[[ SUPPLIED MATERIAL, beginning ]]

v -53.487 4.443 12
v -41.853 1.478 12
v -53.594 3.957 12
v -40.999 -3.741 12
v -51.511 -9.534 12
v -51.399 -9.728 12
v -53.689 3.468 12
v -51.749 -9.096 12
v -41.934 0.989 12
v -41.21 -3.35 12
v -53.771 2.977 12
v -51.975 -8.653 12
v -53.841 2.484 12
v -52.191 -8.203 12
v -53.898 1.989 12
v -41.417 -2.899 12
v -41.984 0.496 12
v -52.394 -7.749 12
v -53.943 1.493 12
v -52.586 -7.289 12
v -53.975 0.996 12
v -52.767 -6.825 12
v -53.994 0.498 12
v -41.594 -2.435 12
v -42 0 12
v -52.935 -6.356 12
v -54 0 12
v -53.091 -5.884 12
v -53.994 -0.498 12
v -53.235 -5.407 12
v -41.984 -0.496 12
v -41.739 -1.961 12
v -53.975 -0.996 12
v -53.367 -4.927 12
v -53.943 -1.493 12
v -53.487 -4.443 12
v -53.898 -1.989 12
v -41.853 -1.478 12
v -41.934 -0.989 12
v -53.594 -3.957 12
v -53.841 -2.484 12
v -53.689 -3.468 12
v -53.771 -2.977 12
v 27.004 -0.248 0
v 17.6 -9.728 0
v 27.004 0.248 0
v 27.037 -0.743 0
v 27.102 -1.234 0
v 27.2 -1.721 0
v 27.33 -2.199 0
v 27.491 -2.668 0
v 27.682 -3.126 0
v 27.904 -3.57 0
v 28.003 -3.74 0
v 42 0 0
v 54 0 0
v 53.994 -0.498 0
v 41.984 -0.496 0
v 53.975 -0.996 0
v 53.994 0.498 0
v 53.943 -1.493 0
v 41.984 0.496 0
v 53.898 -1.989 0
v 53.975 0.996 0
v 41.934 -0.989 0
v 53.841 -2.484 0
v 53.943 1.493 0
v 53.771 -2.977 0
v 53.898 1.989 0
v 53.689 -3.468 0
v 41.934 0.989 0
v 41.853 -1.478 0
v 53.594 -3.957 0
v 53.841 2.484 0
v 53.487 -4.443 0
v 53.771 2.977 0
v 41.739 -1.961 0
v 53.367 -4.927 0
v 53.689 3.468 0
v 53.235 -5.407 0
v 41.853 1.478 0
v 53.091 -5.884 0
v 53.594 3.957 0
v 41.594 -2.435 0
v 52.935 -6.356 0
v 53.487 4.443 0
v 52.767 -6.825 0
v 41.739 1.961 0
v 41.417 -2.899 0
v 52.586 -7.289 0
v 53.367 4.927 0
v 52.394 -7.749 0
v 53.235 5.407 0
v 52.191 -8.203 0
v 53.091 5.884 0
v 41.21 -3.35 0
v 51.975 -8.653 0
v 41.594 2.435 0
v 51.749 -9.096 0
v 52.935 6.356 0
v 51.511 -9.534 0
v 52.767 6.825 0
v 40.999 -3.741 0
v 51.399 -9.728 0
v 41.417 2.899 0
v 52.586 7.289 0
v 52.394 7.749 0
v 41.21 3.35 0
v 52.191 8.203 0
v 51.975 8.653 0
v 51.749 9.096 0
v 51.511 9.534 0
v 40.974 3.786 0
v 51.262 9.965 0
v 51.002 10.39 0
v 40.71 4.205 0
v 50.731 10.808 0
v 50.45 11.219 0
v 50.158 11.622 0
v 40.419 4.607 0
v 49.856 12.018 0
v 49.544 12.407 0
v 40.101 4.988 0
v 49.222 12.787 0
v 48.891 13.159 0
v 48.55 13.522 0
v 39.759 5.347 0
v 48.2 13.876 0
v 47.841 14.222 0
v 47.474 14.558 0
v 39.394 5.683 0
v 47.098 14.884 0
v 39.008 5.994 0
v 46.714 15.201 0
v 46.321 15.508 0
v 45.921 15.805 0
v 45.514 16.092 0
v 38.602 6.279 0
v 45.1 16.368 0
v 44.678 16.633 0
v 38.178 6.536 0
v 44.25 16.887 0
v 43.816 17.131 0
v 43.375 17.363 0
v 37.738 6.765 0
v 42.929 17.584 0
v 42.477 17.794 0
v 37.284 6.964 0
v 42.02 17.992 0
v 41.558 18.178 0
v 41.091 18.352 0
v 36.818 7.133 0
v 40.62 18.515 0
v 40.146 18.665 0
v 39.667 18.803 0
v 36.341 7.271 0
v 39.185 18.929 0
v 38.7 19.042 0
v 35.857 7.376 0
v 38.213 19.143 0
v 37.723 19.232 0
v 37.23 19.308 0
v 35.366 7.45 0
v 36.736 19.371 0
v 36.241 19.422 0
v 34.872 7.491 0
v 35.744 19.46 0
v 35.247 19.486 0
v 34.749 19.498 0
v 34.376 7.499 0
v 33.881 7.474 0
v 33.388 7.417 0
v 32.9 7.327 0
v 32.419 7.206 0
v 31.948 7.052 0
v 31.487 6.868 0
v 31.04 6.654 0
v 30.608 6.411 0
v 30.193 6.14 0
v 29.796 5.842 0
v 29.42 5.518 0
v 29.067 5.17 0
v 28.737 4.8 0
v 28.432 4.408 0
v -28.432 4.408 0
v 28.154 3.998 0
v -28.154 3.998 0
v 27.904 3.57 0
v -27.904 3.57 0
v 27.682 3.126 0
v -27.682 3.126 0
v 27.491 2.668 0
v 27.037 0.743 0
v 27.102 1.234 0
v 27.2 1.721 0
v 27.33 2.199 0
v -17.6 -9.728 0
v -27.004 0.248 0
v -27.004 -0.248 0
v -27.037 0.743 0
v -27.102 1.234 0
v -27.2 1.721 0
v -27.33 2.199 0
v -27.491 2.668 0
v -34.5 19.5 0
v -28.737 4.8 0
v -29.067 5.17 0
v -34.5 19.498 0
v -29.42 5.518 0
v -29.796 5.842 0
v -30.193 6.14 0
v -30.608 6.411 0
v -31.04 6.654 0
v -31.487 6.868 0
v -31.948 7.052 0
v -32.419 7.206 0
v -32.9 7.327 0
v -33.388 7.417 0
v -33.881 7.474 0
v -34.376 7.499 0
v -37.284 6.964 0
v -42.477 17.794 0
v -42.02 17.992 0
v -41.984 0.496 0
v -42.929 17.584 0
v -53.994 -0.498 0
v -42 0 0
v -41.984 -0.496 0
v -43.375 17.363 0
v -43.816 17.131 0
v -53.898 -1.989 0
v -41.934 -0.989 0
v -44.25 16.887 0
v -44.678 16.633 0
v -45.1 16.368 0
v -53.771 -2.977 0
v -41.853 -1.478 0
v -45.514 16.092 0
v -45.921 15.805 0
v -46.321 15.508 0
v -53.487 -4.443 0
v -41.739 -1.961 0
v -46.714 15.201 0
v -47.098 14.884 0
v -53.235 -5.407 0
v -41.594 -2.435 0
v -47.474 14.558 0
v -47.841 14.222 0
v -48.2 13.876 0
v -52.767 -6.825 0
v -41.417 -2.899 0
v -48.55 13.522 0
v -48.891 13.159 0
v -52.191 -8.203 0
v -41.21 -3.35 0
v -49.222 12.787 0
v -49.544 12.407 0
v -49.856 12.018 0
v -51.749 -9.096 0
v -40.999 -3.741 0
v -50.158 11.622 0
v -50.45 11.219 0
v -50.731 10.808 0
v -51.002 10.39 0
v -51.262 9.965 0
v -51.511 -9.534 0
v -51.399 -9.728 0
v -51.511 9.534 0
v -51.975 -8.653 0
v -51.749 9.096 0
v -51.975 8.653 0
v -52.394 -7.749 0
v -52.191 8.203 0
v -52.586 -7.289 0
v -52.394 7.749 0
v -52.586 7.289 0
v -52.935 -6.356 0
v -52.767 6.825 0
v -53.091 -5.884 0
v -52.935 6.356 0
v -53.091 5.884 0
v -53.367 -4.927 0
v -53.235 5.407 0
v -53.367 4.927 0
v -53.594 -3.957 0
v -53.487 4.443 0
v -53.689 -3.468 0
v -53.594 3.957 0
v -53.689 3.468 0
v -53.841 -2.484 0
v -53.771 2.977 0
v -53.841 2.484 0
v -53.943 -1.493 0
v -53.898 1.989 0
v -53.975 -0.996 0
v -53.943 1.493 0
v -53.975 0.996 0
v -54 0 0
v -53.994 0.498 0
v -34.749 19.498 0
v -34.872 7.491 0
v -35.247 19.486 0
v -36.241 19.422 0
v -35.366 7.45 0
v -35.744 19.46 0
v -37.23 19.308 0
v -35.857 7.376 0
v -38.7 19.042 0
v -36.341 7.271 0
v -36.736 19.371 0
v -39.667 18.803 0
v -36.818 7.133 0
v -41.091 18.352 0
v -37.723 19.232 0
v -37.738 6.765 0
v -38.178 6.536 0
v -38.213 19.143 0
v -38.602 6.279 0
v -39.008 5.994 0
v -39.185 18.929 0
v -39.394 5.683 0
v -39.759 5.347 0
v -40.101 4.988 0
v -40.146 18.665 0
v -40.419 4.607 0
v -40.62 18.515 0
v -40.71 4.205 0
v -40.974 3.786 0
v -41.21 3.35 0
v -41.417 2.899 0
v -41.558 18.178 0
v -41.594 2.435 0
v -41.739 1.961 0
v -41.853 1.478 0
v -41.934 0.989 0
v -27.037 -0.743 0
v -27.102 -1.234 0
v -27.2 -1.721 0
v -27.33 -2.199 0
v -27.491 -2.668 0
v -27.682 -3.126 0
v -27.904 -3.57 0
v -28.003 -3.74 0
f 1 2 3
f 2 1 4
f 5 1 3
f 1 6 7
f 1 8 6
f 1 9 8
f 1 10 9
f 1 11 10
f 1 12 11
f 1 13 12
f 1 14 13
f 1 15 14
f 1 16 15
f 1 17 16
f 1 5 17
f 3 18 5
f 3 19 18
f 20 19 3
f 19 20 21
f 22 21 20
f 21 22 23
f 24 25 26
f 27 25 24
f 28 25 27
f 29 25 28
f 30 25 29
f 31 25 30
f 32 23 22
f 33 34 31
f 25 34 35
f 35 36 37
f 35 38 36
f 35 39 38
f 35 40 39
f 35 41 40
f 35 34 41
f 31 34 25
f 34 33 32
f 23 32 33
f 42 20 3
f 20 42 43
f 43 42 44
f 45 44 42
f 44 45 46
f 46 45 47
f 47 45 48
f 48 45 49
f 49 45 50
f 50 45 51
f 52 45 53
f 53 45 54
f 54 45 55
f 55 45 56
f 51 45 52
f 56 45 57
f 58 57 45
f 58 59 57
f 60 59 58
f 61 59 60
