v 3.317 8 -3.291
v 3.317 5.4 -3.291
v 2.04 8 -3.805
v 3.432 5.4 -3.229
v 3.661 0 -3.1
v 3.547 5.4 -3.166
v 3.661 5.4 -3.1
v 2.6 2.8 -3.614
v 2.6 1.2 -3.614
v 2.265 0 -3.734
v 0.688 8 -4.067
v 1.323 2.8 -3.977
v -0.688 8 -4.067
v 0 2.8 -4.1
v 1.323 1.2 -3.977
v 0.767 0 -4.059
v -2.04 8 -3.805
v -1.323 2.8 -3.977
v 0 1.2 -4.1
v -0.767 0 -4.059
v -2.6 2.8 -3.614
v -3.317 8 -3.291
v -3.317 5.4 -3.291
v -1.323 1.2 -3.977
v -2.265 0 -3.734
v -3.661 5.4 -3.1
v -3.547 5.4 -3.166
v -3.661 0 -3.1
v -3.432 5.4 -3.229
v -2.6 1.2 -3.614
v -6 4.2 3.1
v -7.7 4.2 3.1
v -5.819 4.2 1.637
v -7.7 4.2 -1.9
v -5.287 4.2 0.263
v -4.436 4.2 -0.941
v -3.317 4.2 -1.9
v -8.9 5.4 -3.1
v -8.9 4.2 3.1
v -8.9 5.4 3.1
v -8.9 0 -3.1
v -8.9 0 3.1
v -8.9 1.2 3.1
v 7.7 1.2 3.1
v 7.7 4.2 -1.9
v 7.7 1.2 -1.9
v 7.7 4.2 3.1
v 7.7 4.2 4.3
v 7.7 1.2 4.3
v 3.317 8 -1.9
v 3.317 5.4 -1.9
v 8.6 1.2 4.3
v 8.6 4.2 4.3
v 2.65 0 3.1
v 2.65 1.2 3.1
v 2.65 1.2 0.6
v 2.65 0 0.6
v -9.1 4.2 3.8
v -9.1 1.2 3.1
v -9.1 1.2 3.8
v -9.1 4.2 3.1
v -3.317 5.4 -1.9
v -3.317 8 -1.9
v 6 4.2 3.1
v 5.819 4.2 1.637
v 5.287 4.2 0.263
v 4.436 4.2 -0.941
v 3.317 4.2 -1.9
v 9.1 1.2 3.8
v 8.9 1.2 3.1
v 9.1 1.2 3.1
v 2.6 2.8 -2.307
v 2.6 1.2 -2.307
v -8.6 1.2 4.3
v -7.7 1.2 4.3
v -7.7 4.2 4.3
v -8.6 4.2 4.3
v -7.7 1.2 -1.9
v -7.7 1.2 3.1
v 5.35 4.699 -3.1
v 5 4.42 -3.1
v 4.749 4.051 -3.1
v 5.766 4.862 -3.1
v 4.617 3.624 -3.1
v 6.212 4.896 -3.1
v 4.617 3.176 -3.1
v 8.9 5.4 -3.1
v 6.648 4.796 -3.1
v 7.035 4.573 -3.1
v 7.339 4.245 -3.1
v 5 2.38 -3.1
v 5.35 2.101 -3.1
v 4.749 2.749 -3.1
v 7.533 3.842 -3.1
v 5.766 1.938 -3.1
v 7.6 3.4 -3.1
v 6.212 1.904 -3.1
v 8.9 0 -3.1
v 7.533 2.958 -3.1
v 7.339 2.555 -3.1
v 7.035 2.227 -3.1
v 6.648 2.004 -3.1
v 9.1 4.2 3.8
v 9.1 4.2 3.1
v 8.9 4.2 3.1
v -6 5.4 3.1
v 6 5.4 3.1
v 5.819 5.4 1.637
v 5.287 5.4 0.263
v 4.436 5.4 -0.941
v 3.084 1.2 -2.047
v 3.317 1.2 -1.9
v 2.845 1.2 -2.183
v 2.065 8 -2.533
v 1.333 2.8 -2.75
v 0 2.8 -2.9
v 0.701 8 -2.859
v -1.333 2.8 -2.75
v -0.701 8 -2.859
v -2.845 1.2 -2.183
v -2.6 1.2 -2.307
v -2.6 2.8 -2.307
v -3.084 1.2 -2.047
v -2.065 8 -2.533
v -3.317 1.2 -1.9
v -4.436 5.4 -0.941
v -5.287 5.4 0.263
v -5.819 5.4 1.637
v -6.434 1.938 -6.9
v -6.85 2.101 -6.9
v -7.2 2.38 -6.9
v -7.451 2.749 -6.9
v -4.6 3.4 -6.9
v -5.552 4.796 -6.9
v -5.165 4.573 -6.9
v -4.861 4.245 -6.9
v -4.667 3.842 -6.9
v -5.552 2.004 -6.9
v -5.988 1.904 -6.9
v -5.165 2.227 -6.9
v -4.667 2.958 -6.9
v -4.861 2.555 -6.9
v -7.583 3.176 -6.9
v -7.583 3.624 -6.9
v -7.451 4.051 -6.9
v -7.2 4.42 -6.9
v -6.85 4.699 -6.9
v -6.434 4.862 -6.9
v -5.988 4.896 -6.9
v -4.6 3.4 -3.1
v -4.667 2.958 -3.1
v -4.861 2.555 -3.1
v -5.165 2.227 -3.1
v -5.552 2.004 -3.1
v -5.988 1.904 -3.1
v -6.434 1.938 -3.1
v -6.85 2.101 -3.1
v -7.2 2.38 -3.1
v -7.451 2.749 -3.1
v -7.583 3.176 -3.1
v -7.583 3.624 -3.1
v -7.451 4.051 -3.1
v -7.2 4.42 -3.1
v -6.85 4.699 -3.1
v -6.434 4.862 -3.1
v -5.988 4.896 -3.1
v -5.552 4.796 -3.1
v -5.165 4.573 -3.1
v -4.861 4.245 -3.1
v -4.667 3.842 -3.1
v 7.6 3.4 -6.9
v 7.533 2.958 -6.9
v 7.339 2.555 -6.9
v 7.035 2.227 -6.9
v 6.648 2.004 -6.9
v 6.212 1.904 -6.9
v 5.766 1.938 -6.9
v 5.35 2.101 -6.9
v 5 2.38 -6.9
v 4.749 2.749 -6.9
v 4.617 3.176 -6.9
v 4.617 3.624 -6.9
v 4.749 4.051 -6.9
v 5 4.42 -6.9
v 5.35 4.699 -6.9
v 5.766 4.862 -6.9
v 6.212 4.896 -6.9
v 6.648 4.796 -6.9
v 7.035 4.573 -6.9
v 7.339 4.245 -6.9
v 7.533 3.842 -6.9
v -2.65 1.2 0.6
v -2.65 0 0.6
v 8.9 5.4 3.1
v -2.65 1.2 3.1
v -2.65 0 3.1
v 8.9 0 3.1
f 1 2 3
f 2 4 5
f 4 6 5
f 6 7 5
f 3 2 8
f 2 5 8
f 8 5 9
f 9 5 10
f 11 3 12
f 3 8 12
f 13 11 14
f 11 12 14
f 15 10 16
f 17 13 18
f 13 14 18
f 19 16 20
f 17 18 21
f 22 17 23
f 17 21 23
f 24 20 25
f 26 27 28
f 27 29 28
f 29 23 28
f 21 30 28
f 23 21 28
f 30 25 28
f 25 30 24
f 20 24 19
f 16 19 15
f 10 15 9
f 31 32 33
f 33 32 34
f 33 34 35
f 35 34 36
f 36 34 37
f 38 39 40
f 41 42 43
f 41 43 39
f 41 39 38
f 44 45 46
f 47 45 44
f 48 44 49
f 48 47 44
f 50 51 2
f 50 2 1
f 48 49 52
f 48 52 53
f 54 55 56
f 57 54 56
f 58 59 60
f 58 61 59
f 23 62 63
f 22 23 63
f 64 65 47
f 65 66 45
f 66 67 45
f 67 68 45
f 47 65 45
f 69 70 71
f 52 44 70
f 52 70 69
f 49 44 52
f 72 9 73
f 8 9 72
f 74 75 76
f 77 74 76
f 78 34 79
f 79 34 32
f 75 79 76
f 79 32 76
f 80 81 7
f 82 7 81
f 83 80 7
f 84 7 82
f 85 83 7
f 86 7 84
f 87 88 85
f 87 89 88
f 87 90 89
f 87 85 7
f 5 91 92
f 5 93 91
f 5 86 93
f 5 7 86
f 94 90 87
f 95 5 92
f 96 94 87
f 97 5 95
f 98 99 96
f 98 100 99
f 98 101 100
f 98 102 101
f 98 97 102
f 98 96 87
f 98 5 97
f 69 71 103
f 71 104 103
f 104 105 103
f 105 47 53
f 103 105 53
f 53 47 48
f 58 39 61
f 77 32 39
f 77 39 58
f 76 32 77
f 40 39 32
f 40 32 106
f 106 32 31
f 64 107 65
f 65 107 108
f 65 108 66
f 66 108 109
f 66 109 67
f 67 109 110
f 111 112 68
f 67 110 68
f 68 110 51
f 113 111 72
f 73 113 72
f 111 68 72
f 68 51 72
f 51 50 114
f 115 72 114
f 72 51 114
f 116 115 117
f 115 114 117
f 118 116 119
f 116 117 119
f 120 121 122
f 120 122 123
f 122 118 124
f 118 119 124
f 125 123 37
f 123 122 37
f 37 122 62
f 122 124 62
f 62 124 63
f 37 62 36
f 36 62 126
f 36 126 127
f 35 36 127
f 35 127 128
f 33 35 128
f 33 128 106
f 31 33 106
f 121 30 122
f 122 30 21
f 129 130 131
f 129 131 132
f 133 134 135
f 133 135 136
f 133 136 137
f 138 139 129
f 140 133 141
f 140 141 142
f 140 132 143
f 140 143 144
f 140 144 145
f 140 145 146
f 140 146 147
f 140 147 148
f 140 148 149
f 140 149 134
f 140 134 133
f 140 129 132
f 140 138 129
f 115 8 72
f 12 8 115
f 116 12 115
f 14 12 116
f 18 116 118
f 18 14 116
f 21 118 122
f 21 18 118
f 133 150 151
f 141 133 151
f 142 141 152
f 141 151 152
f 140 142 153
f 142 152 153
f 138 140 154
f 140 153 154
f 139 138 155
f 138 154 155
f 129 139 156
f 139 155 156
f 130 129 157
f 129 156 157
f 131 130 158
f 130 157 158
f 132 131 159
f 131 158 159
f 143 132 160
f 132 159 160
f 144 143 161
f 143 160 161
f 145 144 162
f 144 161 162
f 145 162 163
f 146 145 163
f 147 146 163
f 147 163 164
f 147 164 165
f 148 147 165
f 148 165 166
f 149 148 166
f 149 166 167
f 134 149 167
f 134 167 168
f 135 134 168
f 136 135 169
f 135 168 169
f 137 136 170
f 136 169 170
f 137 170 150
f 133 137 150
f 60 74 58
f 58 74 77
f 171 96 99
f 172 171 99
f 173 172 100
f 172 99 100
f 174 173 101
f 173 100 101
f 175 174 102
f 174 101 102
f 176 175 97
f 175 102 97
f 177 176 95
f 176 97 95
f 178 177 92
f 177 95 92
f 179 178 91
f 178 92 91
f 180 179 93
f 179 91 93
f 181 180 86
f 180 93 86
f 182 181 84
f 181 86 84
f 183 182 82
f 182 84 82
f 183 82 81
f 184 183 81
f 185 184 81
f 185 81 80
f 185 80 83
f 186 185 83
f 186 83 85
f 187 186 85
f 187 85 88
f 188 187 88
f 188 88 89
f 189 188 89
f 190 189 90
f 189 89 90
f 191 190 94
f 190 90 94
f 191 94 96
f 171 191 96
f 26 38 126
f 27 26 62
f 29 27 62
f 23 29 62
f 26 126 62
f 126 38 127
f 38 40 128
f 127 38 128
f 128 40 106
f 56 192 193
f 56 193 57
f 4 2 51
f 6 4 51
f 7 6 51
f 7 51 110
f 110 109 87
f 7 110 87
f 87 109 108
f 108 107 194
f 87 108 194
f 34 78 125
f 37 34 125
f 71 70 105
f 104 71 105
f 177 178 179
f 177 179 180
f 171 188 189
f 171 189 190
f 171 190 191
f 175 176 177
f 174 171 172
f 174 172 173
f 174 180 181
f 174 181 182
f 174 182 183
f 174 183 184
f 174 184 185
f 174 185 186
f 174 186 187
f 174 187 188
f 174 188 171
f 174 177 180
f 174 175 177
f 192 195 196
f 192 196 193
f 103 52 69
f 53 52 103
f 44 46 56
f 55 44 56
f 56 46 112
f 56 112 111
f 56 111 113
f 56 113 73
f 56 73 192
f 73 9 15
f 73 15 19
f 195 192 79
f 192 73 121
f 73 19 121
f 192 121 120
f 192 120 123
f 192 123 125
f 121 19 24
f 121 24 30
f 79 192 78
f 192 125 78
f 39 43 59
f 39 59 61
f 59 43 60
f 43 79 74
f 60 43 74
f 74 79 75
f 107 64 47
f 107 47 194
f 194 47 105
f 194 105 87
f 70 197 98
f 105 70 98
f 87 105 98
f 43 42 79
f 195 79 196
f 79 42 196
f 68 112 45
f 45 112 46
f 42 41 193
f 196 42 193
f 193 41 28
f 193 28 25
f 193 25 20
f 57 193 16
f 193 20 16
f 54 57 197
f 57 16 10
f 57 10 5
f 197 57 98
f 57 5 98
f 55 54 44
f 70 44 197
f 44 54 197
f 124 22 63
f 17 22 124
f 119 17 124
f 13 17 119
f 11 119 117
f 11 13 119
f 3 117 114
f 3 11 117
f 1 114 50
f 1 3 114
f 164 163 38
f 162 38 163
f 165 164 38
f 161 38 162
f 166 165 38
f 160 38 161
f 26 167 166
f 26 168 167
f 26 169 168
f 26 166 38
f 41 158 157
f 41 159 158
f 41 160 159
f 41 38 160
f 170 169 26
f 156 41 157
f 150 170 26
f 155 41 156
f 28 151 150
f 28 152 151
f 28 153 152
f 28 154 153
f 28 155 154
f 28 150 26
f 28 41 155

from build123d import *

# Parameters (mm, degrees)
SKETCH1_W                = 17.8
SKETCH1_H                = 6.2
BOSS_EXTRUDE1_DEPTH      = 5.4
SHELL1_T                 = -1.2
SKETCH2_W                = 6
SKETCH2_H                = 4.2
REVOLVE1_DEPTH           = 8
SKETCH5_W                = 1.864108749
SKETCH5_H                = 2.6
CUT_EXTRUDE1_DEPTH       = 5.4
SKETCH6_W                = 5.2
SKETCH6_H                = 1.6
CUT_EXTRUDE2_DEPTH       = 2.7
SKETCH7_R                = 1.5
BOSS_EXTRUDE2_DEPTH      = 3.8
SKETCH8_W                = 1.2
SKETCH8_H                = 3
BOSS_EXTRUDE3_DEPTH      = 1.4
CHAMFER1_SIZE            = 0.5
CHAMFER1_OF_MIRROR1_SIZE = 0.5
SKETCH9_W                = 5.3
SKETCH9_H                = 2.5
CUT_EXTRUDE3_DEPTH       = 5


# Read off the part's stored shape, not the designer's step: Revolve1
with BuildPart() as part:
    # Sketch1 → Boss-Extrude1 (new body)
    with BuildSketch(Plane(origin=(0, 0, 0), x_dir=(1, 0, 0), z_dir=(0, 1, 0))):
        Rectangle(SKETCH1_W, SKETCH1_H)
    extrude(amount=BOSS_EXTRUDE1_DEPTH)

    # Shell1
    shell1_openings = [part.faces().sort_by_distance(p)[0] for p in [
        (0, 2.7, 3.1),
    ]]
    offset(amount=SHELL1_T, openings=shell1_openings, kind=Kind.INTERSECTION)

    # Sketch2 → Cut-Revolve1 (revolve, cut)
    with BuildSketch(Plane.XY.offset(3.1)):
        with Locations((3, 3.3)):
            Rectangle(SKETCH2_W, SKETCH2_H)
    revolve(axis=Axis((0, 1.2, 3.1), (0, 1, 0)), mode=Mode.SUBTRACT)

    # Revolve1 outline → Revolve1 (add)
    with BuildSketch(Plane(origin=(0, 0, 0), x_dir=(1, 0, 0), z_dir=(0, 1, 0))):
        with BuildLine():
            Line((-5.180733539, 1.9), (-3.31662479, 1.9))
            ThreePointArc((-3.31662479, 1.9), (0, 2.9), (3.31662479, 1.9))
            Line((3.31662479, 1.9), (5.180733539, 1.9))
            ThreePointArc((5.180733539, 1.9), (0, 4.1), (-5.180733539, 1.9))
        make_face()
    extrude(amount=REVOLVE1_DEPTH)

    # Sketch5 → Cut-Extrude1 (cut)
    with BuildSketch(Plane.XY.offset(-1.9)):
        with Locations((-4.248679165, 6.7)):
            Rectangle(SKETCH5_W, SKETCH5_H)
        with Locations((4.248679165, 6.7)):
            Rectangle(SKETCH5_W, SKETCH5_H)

[[ SUPPLIED MATERIAL, end ]]

- **EXERCISE OBJECTIVE**
Above are the lines; repeat exactly the ones from the line containing "v 51.399 -9.728 0" down to the line containing "v -27.2 1.721 0", both inclusive.

- **RESPONSE**
v 51.399 -9.728 0
v 41.417 2.899 0
v 52.586 7.289 0
v 52.394 7.749 0
v 41.21 3.35 0
v 52.191 8.203 0
v 51.975 8.653 0
v 51.749 9.096 0
v 51.511 9.534 0
v 40.974 3.786 0
v 51.262 9.965 0
v 51.002 10.39 0
v 40.71 4.205 0
v 50.731 10.808 0
v 50.45 11.219 0
v 50.158 11.622 0
v 40.419 4.607 0
v 49.856 12.018 0
v 49.544 12.407 0
v 40.101 4.988 0
v 49.222 12.787 0
v 48.891 13.159 0
v 48.55 13.522 0
v 39.759 5.347 0
v 48.2 13.876 0
v 47.841 14.222 0
v 47.474 14.558 0
v 39.394 5.683 0
v 47.098 14.884 0
v 39.008 5.994 0
v 46.714 15.201 0
v 46.321 15.508 0
v 45.921 15.805 0
v 45.514 16.092 0
v 38.602 6.279 0
v 45.1 16.368 0
v 44.678 16.633 0
v 38.178 6.536 0
v 44.25 16.887 0
v 43.816 17.131 0
v 43.375 17.363 0
v 37.738 6.765 0
v 42.929 17.584 0
v 42.477 17.794 0
v 37.284 6.964 0
v 42.02 17.992 0
v 41.558 18.178 0
v 41.091 18.352 0
v 36.818 7.133 0
v 40.62 18.515 0
v 40.146 18.665 0
v 39.667 18.803 0
v 36.341 7.271 0
v 39.185 18.929 0
v 38.7 19.042 0
v 35.857 7.376 0
v 38.213 19.143 0
v 37.723 19.232 0
v 37.23 19.308 0
v 35.366 7.45 0
v 36.736 19.371 0
v 36.241 19.422 0
v 34.872 7.491 0
v 35.744 19.46 0
v 35.247 19.486 0
v 34.749 19.498 0
v 34.376 7.499 0
v 33.881 7.474 0
v 33.388 7.417 0
v 32.9 7.327 0
v 32.419 7.206 0
v 31.948 7.052 0
v 31.487 6.868 0
v 31.04 6.654 0
v 30.608 6.411 0
v 30.193 6.14 0
v 29.796 5.842 0
v 29.42 5.518 0
v 29.067 5.17 0
v 28.737 4.8 0
v 28.432 4.408 0
v -28.432 4.408 0
v 28.154 3.998 0
v -28.154 3.998 0
v 27.904 3.57 0
v -27.904 3.57 0
v 27.682 3.126 0
v -27.682 3.126 0
v 27.491 2.668 0
v 27.037 0.743 0
v 27.102 1.234 0
v 27.2 1.721 0
v 27.33 2.199 0
v -17.6 -9.728 0
v -27.004 0.248 0
v -27.004 -0.248 0
v -27.037 0.743 0
v -27.102 1.234 0
v -27.2 1.721 0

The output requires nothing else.